What is now referred to as the “Taliban resurgence” began in February 2006, when thousands of newly recruited Taliban guerrillas swarmed across the border from Pakistan into southern Afghanistan and launched their first nationwide offensive. Their timing could not have been better. On February 22, 2006, just as the Taliban's offensive was kicking off, Iraqi insurgents bombed the al-Askari mosque in the city of Samarra, one of the holiest shrines for Iraqi Shiites. In the months that followed, Iraq was swallowed up in wave after wave of sectarian violence, which produced carnage on a scale never seen before in Iraq. As this was happening, the Taliban overran huge portions of four key provinces in southern Afghanistan, including Helmand Province, the heart of the Afghan illegal narcotics industry.

The 2006 Taliban nationwide offensive took the U.S. intelligence community, and virtually every senior U.S. military commander and diplomat in Kabul, by surprise.
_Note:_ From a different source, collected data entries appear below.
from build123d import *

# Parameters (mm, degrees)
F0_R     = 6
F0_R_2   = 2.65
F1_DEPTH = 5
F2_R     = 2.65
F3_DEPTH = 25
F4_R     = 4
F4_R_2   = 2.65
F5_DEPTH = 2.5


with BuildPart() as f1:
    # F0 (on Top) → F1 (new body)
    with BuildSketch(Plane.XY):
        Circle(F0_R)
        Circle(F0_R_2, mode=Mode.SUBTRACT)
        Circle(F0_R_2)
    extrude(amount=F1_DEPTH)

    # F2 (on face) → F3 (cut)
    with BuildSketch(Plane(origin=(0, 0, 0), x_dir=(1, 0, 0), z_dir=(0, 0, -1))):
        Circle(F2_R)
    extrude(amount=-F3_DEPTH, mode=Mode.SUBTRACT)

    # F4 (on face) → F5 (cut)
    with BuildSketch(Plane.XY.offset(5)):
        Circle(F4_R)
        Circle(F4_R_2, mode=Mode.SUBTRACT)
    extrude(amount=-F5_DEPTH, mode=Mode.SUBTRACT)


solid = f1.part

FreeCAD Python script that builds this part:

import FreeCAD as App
import Part
import Sketcher
from FreeCAD import Vector

doc = App.newDocument("Part")
params = doc.addObject("Spreadsheet::Sheet", "Params")
for row, (alias, value) in enumerate([
    ("sketch1_diameter", "12 mm"),
    ("pad1_length", "5 mm"),
    ("sketch2_diameter", "5.3 mm"),
    ("pocket1_length", "25 mm"),
    ("sketch3_diameter", "8 mm"),
    ("sketch3_diameter2", "5.3 mm"),
    ("pocket2_length", "2.5 mm"),
], start=1):
    params.set(f"A{row}", alias)
    params.set(f"B{row}", "=" + value)
    params.setAlias(f"B{row}", alias)

body = doc.addObject("PartDesign::Body", "Body")

# Sketch on XY plane
sketch1 = doc.addObject("Sketcher::SketchObject", "Sketch")
body.addObject(sketch1)
sketch1.AttachmentSupport = (doc.XY_Plane, [""])
sketch1.MapMode = "FlatFace"
sketch1.addGeometry(Part.Circle(Vector(0, 0, 0), Vector(0, 0, 1), 6), False)
sketch1.addConstraint(Sketcher.Constraint("Coincident", 0, 3, -1, 1))
sketch1.addConstraint(Sketcher.Constraint("Diameter", 0, 12.0))
sketch1.setExpression("Constraints[1]", "Params.sketch1_diameter")
pad1 = doc.addObject("PartDesign::Pad", "Pad")
body.addObject(pad1)
pad1.Profile = sketch1
pad1.setExpression("Length", "Params.pad1_length")

# Sketch on XY plane
sketch2 = doc.addObject("Sketcher::SketchObject", "Sketch001")
body.addObject(sketch2)
sketch2.AttachmentSupport = (doc.XY_Plane, [""])
sketch2.MapMode = "FlatFace"
sketch2.addGeometry(Part.Circle(Vector(0, 0, 0), Vector(0, 0, 1), 2.65), False)
sketch2.addConstraint(Sketcher.Constraint("Coincident", 0, 3, -1, 1))
sketch2.addConstraint(Sketcher.Constraint("Diameter", 0, 5.3))
sketch2.setExpression("Constraints[1]", "Params.sketch2_diameter")
pocket1 = doc.addObject("PartDesign::Pocket", "Pocket")
body.addObject(pocket1)
pocket1.Profile = sketch2
pocket1.setExpression("Length", "Params.pocket1_length")
pocket1.Reversed = True

# Sketch on XY plane
sketch3 = doc.addObject("Sketcher::SketchObject", "Sketch002")
body.addObject(sketch3)
sketch3.AttachmentSupport = (doc.XY_Plane, [""])
sketch3.MapMode = "FlatFace"
sketch3.AttachmentOffset = App.Placement(Vector(0, 0, 5), App.Rotation())
sketch3.addGeometry(Part.Circle(Vector(0, 0, 0), Vector(0, 0, 1), 4), False)
sketch3.addGeometry(Part.Circle(Vector(0, 0, 0), Vector(0, 0, 1), 2.65), False)
sketch3.addConstraint(Sketcher.Constraint("Coincident", 0, 3, -1, 1))
sketch3.addConstraint(Sketcher.Constraint("Coincident", 1, 3, -1, 1))
sketch3.addConstraint(Sketcher.Constraint("Diameter", 0, 8.0))
sketch3.addConstraint(Sketcher.Constraint("Diameter", 1, 5.3))
sketch3.setExpression("Constraints[2]", "Params.sketch3_diameter")
sketch3.setExpression("Constraints[3]", "Params.sketch3_diameter2")
pocket2 = doc.addObject("PartDesign::Pocket", "Pocket001")
body.addObject(pocket2)
pocket2.Profile = sketch3
pocket2.setExpression("Length", "Params.pocket2_length")

doc.recompute()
Nobody in the U.S. government or intelligence community then thought that the Taliban were capable of mounting a nationwide offensive, much less capturing huge chunks of the southern part of Afghanistan. During the summer of 2006, the CIA station chief in Kabul, John C. “Chris” Wood, sent a number of cables to Washington warning that the military situation in Afghanistan was now deteriorating. Wood's cables were ignored by the White House and the Pentagon, who were focused on the rapidly escalating cycle of violence in Iraq.

A small number of Pentagon officials were alarmed by what was taking place in Afghanistan. In
August 2006, Defense Policy Board official
Marin Strmecki wrote a memo to Secretary of Defense Donald Rumsfeld warning that “the deteriorating security situation in 2006 was principally the result of the combination of two factors: A decision by the Taliban and its external supporters to escalate the scope and character of enemy operations; and weak or bad governance, particularly in southern Afghanistan, that created a vacuum of power into which the enemy moved.” But Strmecki's memo was ignored.
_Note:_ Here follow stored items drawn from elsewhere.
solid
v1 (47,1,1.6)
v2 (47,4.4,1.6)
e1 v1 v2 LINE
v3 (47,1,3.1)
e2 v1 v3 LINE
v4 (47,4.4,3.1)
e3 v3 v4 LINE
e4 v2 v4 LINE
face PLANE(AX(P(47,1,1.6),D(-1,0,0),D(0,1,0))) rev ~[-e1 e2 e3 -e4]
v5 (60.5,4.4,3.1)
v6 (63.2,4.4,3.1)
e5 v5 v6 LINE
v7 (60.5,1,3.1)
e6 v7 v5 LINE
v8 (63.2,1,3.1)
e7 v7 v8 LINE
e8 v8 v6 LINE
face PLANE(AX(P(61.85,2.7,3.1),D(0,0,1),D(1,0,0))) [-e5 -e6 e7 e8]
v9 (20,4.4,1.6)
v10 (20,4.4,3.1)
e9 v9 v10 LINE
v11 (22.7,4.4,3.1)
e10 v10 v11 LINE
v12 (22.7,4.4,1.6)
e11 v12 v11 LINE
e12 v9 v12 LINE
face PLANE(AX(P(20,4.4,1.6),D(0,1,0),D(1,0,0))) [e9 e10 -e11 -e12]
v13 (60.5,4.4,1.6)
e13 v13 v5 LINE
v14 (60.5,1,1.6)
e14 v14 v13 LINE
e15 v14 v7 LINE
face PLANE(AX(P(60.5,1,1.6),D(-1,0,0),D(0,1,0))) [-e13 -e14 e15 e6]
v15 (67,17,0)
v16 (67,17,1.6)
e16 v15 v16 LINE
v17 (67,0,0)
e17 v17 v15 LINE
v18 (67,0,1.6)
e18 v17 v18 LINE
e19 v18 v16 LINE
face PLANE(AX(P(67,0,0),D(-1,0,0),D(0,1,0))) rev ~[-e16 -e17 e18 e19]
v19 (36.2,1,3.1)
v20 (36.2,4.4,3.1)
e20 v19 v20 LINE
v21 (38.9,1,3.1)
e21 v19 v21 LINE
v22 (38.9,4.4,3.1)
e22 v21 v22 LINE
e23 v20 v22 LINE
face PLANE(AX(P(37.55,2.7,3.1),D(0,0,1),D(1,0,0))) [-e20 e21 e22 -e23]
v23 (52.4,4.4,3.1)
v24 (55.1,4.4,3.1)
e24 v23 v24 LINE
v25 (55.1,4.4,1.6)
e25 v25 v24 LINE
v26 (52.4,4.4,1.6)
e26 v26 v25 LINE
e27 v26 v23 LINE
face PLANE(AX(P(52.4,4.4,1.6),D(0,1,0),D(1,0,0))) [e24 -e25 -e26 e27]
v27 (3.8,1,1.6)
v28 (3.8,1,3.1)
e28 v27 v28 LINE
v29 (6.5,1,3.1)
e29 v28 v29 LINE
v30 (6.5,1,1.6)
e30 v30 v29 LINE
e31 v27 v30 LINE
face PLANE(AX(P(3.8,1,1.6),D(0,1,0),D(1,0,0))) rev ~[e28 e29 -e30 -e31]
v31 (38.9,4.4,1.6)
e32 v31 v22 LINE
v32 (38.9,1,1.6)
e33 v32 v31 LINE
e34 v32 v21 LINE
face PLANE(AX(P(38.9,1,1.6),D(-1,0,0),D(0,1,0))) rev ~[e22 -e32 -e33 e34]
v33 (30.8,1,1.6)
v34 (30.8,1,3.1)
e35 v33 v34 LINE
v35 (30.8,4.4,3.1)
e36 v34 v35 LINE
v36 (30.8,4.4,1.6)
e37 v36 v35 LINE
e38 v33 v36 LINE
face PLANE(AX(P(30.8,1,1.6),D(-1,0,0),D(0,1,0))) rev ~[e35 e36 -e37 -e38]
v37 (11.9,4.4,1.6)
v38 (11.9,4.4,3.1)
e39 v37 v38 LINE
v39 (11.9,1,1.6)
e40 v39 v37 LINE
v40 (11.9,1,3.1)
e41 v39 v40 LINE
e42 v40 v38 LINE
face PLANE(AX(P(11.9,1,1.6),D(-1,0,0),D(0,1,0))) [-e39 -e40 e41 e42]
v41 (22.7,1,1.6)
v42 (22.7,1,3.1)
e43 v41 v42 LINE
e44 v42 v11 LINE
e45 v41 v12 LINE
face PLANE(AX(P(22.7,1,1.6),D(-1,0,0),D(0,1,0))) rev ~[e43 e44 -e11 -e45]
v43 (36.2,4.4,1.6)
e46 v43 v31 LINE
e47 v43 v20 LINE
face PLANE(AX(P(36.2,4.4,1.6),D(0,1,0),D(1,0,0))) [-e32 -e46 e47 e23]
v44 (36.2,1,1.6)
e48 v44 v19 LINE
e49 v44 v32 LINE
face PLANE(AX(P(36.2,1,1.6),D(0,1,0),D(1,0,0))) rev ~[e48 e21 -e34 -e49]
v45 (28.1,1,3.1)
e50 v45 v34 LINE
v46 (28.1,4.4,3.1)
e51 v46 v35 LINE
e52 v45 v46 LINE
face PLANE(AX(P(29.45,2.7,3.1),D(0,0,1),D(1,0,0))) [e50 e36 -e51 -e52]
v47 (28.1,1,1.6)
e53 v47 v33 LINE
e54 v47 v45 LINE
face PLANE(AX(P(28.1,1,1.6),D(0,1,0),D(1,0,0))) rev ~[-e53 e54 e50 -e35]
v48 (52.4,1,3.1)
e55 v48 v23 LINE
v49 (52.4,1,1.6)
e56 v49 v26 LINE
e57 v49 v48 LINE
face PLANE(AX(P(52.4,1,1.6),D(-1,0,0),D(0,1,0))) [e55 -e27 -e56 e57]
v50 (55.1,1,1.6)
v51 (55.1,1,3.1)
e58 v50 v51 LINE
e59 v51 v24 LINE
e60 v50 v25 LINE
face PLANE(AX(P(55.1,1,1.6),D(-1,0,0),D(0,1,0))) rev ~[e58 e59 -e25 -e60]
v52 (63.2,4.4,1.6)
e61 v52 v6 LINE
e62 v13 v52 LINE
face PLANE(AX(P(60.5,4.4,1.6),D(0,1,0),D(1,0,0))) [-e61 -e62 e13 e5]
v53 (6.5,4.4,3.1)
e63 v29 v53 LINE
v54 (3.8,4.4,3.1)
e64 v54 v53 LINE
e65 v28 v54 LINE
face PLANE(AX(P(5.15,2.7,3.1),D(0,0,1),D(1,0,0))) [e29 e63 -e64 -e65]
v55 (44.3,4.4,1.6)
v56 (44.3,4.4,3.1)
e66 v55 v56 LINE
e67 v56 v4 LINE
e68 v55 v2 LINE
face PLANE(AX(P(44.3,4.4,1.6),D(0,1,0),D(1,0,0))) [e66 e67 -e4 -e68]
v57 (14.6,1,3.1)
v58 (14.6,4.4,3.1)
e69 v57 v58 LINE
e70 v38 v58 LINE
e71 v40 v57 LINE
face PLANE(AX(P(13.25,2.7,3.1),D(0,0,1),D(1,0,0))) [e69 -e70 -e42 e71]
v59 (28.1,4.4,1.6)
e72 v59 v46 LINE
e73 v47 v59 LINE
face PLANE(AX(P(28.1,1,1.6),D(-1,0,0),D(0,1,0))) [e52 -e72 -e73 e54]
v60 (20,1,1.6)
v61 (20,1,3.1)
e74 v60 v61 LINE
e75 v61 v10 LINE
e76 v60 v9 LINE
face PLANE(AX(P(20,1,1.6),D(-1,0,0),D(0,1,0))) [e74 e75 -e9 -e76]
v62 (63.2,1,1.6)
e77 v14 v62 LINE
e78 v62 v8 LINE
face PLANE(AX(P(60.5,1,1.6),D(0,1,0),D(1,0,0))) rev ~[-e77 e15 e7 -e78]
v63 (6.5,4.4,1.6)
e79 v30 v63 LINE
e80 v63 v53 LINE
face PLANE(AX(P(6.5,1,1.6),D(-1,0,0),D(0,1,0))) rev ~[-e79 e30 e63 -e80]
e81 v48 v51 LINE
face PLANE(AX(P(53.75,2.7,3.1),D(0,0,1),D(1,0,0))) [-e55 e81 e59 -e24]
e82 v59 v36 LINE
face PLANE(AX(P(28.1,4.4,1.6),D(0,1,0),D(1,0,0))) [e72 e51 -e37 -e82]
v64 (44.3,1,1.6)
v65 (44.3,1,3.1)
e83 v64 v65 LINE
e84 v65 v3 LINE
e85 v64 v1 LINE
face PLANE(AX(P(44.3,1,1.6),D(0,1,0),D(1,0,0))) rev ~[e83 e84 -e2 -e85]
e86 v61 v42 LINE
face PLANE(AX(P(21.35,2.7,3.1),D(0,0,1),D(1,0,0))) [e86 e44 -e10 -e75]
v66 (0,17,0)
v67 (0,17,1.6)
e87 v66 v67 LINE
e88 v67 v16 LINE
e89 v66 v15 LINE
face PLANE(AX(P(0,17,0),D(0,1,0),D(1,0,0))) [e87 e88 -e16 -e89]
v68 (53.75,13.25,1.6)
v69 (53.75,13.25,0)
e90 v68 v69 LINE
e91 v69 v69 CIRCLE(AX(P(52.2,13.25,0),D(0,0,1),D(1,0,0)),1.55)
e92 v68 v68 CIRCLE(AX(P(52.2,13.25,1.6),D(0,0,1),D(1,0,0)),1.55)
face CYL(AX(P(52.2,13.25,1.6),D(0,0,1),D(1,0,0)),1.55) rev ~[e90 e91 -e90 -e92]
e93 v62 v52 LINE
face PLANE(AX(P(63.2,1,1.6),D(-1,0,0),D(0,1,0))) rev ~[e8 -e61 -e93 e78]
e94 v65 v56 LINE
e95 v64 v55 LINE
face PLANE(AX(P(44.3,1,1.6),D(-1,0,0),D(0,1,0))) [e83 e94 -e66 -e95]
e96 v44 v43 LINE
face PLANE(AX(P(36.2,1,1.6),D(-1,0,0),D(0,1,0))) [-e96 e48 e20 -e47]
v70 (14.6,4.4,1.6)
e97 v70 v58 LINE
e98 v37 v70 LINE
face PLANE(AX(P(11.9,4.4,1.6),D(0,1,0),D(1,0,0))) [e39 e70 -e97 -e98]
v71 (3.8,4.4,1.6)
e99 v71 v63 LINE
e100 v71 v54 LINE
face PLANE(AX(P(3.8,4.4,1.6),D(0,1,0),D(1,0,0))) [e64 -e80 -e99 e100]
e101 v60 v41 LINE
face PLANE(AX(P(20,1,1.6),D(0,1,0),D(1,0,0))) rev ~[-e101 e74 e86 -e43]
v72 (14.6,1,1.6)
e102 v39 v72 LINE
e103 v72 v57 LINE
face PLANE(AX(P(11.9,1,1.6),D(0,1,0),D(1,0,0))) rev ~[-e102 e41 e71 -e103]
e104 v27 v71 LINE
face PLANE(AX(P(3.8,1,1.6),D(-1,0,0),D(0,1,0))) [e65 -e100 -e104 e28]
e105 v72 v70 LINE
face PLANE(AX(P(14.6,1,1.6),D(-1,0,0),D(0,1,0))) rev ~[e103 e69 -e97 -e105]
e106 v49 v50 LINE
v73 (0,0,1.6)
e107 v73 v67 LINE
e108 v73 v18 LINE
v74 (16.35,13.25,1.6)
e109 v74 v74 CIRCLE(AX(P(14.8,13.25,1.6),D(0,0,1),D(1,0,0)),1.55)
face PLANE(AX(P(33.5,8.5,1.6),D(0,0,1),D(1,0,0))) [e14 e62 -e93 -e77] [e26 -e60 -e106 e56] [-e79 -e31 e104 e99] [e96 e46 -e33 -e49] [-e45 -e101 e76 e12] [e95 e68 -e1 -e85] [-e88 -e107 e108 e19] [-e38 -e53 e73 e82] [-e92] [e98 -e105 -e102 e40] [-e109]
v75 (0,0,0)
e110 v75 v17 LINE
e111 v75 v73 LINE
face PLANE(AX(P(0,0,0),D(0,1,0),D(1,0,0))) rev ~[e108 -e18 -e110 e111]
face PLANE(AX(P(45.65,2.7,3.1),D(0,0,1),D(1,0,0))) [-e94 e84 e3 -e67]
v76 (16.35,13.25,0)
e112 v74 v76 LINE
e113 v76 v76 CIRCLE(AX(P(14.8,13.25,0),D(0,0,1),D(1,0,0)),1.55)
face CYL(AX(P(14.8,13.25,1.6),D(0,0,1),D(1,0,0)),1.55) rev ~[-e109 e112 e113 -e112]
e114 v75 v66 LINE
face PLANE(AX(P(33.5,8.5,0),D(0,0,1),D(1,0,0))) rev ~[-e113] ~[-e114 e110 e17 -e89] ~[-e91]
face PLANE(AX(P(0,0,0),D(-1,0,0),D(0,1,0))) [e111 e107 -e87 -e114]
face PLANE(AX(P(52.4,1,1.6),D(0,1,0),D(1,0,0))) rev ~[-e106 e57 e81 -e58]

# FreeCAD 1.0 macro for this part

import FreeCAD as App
import Part
import Sketcher
Q = App.Units.Quantity


def add_polygon(sketch, points):
    """Adds a closed chain of lines whose ends are joined by coincident constraints."""
    first, n = sketch.GeometryCount, len(points)
    for a, b in zip(points, points[1:] + points[:1]):
        sketch.addGeometry(Part.LineSegment(App.Vector(*a, 0), App.Vector(*b, 0)), False)
    for i in range(n):
        sketch.addConstraint(Sketcher.Constraint("Coincident", first + i, 2, first + (i + 1) % n, 1))

doc = App.newDocument("Part")
body = doc.addObject("PartDesign::Body", "Body")

sketch1 = body.newObject("Sketcher::SketchObject", "Sketch")
sketch1.AttachmentSupport = (doc.getObject("XY_Plane"), [""])
sketch1.MapMode = "FlatFace"
add_polygon(sketch1, [(0, 17), (0, 0), (67, 0), (67, 17)])
sketch1.addConstraint([
    Sketcher.Constraint("Vertical", 0),
    Sketcher.Constraint("Horizontal", 1),
    Sketcher.Constraint("Vertical", 2),
    Sketcher.Constraint("Horizontal", 3),
    Sketcher.Constraint("Coincident", 0, 2, -1, 1),
    Sketcher.Constraint("DistanceX", 1, 1, 1, 2, Q("67 mm")),
    Sketcher.Constraint("DistanceY", 0, 2, 0, 1, Q("17 mm")),
])
pad1 = body.newObject("PartDesign::Pad", "Pad")
pad1.Profile = sketch1
pad1.Length = 1.6

sketch2 = body.newObject("Sketcher::SketchObject", "Sketch001")
sketch2.AttachmentSupport = (doc.getObject("XY_Plane"), [""])
sketch2.MapMode = "FlatFace"
sketch2.AttachmentOffset = App.Placement(App.Vector(0, 0, 1.6), App.Rotation())
sketch2.addGeometry([
    Part.Circle(App.Vector(14.8, 13.2, 0), App.Vector(0, 0, 1), 1.6),
    Part.Circle(App.Vector(52.2, 13.2, 0), App.Vector(0, 0, 1), 1.6),
], False)
sketch2.addConstraint([
    Sketcher.Constraint("Equal", 0, 1),
    Sketcher.Constraint("Horizontal", 0, 3, 1, 3),
    Sketcher.Constraint("Diameter", 0, Q("3.1 mm")),
    Sketcher.Constraint("DistanceX", -1, 1, 0, 3, Q("14.8 mm")),
    Sketcher.Constraint("DistanceX", -1, 1, 1, 3, Q("52.2 mm")),
    Sketcher.Constraint("DistanceY", -1, 1, 0, 3, Q("13.25 mm")),
])
pocket1 = body.newObject("PartDesign::Pocket", "Pocket")
pocket1.Profile = sketch2
pocket1.Type = "ThroughAll"

sketch3 = body.newObject("Sketcher::SketchObject", "Sketch002")
sketch3.AttachmentSupport = (doc.getObject("XY_Plane"), [""])
sketch3.MapMode = "FlatFace"
sketch3.AttachmentOffset = App.Placement(App.Vector(0, 0, 1.6), App.Rotation())
add_polygon(sketch3, [(3.8, 4.4), (3.8, 1), (6.5, 1), (6.5, 4.4)])
add_polygon(sketch3, [(11.9, 4.4), (11.9, 1), (14.6, 1), (14.6, 4.4)])
add_polygon(sketch3, [(20, 4.4), (20, 1), (22.7, 1), (22.7, 4.4)])
add_polygon(sketch3, [(28.1, 4.4), (28.1, 1), (30.8, 1), (30.8, 4.4)])
add_polygon(sketch3, [(36.2, 4.4), (36.2, 1), (38.9, 1), (38.9, 4.4)])
add_polygon(sketch3, [(44.3, 4.4), (44.3, 1), (47, 1), (47, 4.4)])
add_polygon(sketch3, [(52.4, 4.4), (52.4, 1), (55.1, 1), (55.1, 4.4)])
add_polygon(sketch3, [(60.5, 4.4), (60.5, 1), (63.2, 1), (63.2, 4.4)])
sketch3.addConstraint([
    Sketcher.Constraint("Vertical", 0),
    Sketcher.Constraint("Horizontal", 1),
    Sketcher.Constraint("Vertical", 2),
    Sketcher.Constraint("Horizontal", 3),
    Sketcher.Constraint("Vertical", 4),
    Sketcher.Constraint("Horizontal", 5),
    Sketcher.Constraint("Vertical", 6),
    Sketcher.Constraint("Horizontal", 7),
    Sketcher.Constraint("Vertical", 8),
    Sketcher.Constraint("Horizontal", 9),
    Sketcher.Constraint("Vertical", 10),
    Sketcher.Constraint("Horizontal", 11),
    Sketcher.Constraint("Vertical", 12),
    Sketcher.Constraint("Horizontal", 13),
    Sketcher.Constraint("Vertical", 14),
    Sketcher.Constraint("Horizontal", 15),
    Sketcher.Constraint("Vertical", 16),
    Sketcher.Constraint("Horizontal", 17),
    Sketcher.Constraint("Vertical", 18),
    Sketcher.Constraint("Horizontal", 19),
    Sketcher.Constraint("Vertical", 20),
    Sketcher.Constraint("Horizontal", 21),
    Sketcher.Constraint("Vertical", 22),
    Sketcher.Constraint("Horizontal", 23),
    Sketcher.Constraint("Vertical", 24),
    Sketcher.Constraint("Horizontal", 25),
    Sketcher.Constraint("Vertical", 26),
    Sketcher.Constraint("Horizontal", 27),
It did not help that the U.S. ambassador to Afghanistan, Ronald E. Neumann, was telling Washington the exact opposite of what Wood and Strmecki were reporting, telling Washington that the war was still being won and that the rise in Taliban attacks was only a temporary phenomenon.
According to Neumann
, “The violence does not indicate a failing policy; on the contrary we need to persevere in what we are doing … We are on the right track.”

In November 2006, the office of the director of national intelligence (DNI) had issued a classified National Intelligence Estimate on the security situation in Afghanistan, the first that had been published on this subject in over three years. Written under the supervision of Dr. Nancy Jo Powell, a career diplomat who was the national intelligence officer for South Asia in the office of the DNI, the report took serious issue with Ambassador Neumann's rosy prognosis, warning that the Taliban had made substantial progress on the Afghan battlefield over the preceding nine months, capturing the vast majority of the strategically important Helmand Province and large parts of neighboring Kandahar Province in southern Afghanistan. The report also noted that the Taliban guerrilla forces were not only larger and more capable but becoming far more aggressive, and that the escalating numbers of insurgent attacks were threatening to destabilize the entire southern part of the country and bring the already stalled reconstruction effort to a complete halt.